The average Swedish CEO of the country’s 50 largest companies earned just over 12 million kronor ($1.8 million) in 2009, equivalent to the salaries of 40 industrial workers, according to Wanja Lundby-Wedin, the head of the Swedish Trade Union Confederation (Landsorganisationen i Sverige, LO).
“Prime Minister Fredrik Reinfeldt has repeatedly asserted that income inequality has not increased since 2006. This is not true,” wrote Lundby-Wedin, along with LO economists Jeanette Bergström and Ola Pettersson, in an opinion piece published in Dagens Nyheter (DN) on Monday.
The trio referred to an LO report released on Monday, claiming it showed that the salaries of the executives of Sweden’s 50 largest companies “stand in a class by themselves in a ‘bureaucratic elite'” consisting of “managing directors, chief economists and other top managers in government and private business.”
LO’s annual review of the difference between the executives’ and industrial workers’ wages have not produced any effect. The gap has increased, although the financial crisis reduced it slightly from 2007 to 2009.
However, it is probably just a blip in the curve, according to LO.
“It is clear that we have not succeeded,” Lundby-Wedin said at a seminar on the power elite’s wages.
When asked if the LO is too toothless, she said, “We cannot be those who determine the directors’ wages.”
According to Lundby-Wedin, the aim is to shape public opinion and create a “popular uprising” against the excesses of the directors.
According to the report, the difference in average wages between workers and the “bureaucratic elite” years from 1950 to 1980 went from the salaries of 11 industrial workers to five.
However, it has grown in the last 30 years and the average salary of the elite in 2009 was eight times higher than an industrial worker’s. In the same time period, the salary of CEOs at large companies fell from the equivalent of the wages of 26 industrial workers to nine, only to increase again to 41.

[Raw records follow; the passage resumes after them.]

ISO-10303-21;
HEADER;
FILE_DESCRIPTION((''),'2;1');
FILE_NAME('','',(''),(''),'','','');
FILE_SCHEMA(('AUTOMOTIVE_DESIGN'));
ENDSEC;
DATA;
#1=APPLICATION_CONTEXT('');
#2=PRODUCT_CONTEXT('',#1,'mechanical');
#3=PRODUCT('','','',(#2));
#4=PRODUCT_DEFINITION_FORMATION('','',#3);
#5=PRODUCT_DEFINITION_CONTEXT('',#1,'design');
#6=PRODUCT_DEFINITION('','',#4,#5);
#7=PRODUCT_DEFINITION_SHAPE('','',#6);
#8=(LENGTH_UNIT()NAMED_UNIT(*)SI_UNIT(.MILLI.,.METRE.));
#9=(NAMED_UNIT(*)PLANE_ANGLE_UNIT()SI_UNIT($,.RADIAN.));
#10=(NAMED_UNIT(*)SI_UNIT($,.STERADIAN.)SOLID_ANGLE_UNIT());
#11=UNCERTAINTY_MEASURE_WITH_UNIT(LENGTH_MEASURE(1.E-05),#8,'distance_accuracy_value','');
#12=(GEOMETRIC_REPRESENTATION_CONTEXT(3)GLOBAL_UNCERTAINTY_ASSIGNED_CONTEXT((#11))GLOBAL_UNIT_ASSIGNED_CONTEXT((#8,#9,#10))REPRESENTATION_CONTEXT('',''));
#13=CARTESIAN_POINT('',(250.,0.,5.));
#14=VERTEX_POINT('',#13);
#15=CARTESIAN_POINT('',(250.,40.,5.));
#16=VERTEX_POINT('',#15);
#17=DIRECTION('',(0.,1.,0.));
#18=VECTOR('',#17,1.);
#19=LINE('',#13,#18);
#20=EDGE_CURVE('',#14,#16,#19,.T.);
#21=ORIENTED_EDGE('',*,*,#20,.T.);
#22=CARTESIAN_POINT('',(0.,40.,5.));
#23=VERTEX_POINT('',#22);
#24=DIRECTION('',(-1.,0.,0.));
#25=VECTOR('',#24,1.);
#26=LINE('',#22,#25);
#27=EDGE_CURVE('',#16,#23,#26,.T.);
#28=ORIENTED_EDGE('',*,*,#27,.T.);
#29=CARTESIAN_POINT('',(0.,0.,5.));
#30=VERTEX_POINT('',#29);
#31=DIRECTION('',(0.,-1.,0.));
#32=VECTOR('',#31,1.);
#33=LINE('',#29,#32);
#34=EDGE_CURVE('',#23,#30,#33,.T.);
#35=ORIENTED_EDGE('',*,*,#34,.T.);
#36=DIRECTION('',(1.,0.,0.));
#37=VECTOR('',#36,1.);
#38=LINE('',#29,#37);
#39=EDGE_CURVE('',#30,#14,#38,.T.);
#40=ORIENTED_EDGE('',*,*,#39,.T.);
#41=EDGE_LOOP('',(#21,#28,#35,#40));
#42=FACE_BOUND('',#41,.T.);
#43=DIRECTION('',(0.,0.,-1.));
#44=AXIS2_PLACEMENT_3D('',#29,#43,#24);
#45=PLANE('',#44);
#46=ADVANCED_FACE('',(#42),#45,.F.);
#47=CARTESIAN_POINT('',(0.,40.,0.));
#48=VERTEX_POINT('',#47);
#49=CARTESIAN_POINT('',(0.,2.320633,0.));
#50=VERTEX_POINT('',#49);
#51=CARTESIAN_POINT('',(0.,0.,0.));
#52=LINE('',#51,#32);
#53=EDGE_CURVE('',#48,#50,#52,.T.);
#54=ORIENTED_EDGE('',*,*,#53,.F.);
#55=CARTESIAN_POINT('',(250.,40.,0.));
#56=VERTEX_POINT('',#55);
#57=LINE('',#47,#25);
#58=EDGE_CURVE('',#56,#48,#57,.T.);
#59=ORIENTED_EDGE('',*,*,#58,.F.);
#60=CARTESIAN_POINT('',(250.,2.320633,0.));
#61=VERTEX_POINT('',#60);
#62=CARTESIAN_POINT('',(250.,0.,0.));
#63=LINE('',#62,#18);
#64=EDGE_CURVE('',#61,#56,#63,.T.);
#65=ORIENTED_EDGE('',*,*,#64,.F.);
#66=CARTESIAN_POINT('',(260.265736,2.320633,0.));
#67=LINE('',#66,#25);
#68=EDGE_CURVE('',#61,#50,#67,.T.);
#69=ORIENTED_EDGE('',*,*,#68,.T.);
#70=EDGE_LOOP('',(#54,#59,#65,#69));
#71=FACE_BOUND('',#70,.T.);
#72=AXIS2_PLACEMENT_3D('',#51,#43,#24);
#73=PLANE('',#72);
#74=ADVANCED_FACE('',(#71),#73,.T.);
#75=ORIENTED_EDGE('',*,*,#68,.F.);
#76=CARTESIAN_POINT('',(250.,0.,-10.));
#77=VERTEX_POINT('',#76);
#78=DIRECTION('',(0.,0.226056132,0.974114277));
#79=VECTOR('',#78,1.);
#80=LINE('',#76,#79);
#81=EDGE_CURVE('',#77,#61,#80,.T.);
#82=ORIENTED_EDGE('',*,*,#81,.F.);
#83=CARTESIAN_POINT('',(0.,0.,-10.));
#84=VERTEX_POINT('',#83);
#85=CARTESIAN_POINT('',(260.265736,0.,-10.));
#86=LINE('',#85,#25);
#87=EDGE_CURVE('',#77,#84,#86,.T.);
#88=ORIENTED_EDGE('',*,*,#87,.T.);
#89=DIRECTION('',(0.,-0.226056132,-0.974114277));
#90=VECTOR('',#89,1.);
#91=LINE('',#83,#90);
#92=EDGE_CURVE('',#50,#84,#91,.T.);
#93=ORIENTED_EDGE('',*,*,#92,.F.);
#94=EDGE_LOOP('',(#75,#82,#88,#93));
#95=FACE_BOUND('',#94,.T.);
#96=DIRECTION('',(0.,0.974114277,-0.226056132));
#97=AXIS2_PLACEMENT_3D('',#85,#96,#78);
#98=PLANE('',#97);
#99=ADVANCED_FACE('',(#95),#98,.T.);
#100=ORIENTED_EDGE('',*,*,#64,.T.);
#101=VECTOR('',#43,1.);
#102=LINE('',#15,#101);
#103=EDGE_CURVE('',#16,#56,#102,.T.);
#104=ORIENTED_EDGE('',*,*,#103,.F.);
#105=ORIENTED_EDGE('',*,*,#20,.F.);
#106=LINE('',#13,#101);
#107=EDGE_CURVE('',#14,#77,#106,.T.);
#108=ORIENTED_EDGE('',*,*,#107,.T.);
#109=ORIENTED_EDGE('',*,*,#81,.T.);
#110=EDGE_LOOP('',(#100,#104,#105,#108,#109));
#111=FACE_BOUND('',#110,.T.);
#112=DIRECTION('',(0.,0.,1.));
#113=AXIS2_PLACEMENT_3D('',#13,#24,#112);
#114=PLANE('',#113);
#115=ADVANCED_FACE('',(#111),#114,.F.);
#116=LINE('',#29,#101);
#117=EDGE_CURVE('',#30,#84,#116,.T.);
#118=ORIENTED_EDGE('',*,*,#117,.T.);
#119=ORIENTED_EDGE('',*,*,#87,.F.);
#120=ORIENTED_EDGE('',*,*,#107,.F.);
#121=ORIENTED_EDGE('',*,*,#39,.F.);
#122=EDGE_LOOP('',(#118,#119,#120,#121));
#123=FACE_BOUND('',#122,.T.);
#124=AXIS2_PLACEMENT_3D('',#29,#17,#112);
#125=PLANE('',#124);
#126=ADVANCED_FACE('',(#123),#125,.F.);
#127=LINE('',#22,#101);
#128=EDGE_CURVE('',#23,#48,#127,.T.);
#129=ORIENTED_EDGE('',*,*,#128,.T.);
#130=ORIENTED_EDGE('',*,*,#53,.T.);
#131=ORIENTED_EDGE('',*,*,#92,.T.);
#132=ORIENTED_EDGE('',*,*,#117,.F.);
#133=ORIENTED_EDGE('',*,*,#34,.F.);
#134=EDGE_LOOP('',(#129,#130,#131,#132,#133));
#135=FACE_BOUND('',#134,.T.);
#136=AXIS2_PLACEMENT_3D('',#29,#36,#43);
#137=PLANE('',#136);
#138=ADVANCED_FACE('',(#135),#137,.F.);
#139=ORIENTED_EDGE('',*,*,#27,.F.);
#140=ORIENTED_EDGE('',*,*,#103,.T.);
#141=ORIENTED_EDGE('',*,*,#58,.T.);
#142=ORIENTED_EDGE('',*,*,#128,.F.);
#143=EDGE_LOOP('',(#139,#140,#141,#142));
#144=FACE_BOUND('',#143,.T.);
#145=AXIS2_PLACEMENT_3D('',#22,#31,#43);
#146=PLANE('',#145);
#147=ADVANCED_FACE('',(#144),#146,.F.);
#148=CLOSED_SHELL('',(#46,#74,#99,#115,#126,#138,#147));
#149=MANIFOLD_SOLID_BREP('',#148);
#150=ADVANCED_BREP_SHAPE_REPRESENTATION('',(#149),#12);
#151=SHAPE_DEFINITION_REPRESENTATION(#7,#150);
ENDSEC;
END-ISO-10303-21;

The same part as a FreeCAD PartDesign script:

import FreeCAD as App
import Part
import Sketcher

doc = App.newDocument("Part")
body = doc.addObject("PartDesign::Body", "Body")

# Sketch on XY plane
sketch1 = body.newObject("Sketcher::SketchObject", "Sketch")
sketch1.AttachmentSupport = (doc.getObject("XY_Plane"), [""])
sketch1.MapMode = "FlatFace"
sketch1.addGeometry(Part.LineSegment(App.Vector(0, 40, 0), App.Vector(0, 0, 0)), False)
sketch1.addGeometry(Part.LineSegment(App.Vector(0, 0, 0), App.Vector(250, 0, 0)), False)
sketch1.addGeometry(Part.LineSegment(App.Vector(250, 0, 0), App.Vector(250, 40, 0)), False)
sketch1.addGeometry(Part.LineSegment(App.Vector(250, 40, 0), App.Vector(0, 40, 0)), False)
sketch1.addConstraint(Sketcher.Constraint("Coincident", 0, 2, 1, 1))
sketch1.addConstraint(Sketcher.Constraint("Coincident", 1, 2, 2, 1))
sketch1.addConstraint(Sketcher.Constraint("Coincident", 2, 2, 3, 1))
sketch1.addConstraint(Sketcher.Constraint("Coincident", 3, 2, 0, 1))
sketch1.addConstraint(Sketcher.Constraint("Vertical", 0))
sketch1.addConstraint(Sketcher.Constraint("Horizontal", 1))
sketch1.addConstraint(Sketcher.Constraint("Vertical", 2))
sketch1.addConstraint(Sketcher.Constraint("Horizontal", 3))
sketch1.addConstraint(Sketcher.Constraint("Coincident", 0, 2, -1, 1))
sketch1.addConstraint(Sketcher.Constraint("DistanceX", 1, 1, 1, 2, 250.0))
sketch1.addConstraint(Sketcher.Constraint("DistanceY", 0, 2, 0, 1, 40.0))
pad1 = body.newObject("PartDesign::Pad", "Pad")
pad1.Profile = sketch1
pad1.Length = 5

# Sketch on YZ plane
sketch2 = body.newObject("Sketcher::SketchObject", "Sketch001")
sketch2.AttachmentSupport = (doc.getObject("YZ_Plane"), [""])
sketch2.MapMode = "FlatFace"
sketch2.addGeometry(Part.LineSegment(App.Vector(0, -10, 0), App.Vector(0, 0, 0)), False)
sketch2.addGeometry(Part.LineSegment(App.Vector(0, 0, 0), App.Vector(2.320633, 0, 0)), False)
sketch2.addGeometry(Part.LineSegment(App.Vector(2.320633, 0, 0), App.Vector(0, -10, 0)), False)
sketch2.addConstraint(Sketcher.Constraint("Coincident", 0, 2, 1, 1))
sketch2.addConstraint(Sketcher.Constraint("Coincident", 1, 2, 2, 1))
sketch2.addConstraint(Sketcher.Constraint("Coincident", 2, 2, 0, 1))
sketch2.addConstraint(Sketcher.Constraint("Vertical", 0))
sketch2.addConstraint(Sketcher.Constraint("Horizontal", 1))
sketch2.addConstraint(Sketcher.Constraint("Coincident", 0, 2, -1, 1))
sketch2.addConstraint(Sketcher.Constraint("DistanceY", 0, 1, 0, 2, 10.0))
sketch2.addConstraint(Sketcher.Constraint("DistanceX", 1, 1, 1, 2, 2.320633))
pad2 = body.newObject("PartDesign::Pad", "Pad001")
pad2.Profile = sketch2
pad2.Length = 250

doc.recompute()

The abolition of taxes on wealth, inheritance and donations have “very likely” increased the difference between the “bureaucratic elite” and industrial workers, the trio wrote.
The ruling Moderate Party slammed the findings.
“You can see from the statistics, there was an increase under the Social Democrat governments and a peak in 2007, but we only took power in 2006. The increase seems to have stopped,” Anna Kinberg Batra, group leader of the Moderate Party, told The Local on Monday.
“We have also focussed on the greatest inequality: those who have a job and those who don’t. We are lowering the threshold for those with the weakest position. That is the most important,” she added.
On top of that, tax cuts have benefited lower income groups in addition to the highest income earners, Kinberg Batra observed.
“The study shows income before tax, so it is difficult to compare real income. For the lower groups, we have decreased their taxes too for normal or blue-collar workers. It has enabled people to go from benefits to get back to work, improving the incentive to rejoin the workforce,” she said.
Kinberg Batra questioned findings since it appears at the very least, the gap is not increasing.
“More people are at work and the differences between the different groups is diminishing. Our aim is twofold: keeping stable public finances and steady interest rates and getting people into work, whether off benefits, into their first job or from too-low incomes,” she said.
“The level of unemployment is decreasing, I hope this is the result of our policies through lower taxes and active policies such as coaching. People were increasingly leaving the labour market,” Kinberg Batra added, pointing out that Swedish society is quite equal compared to most countries.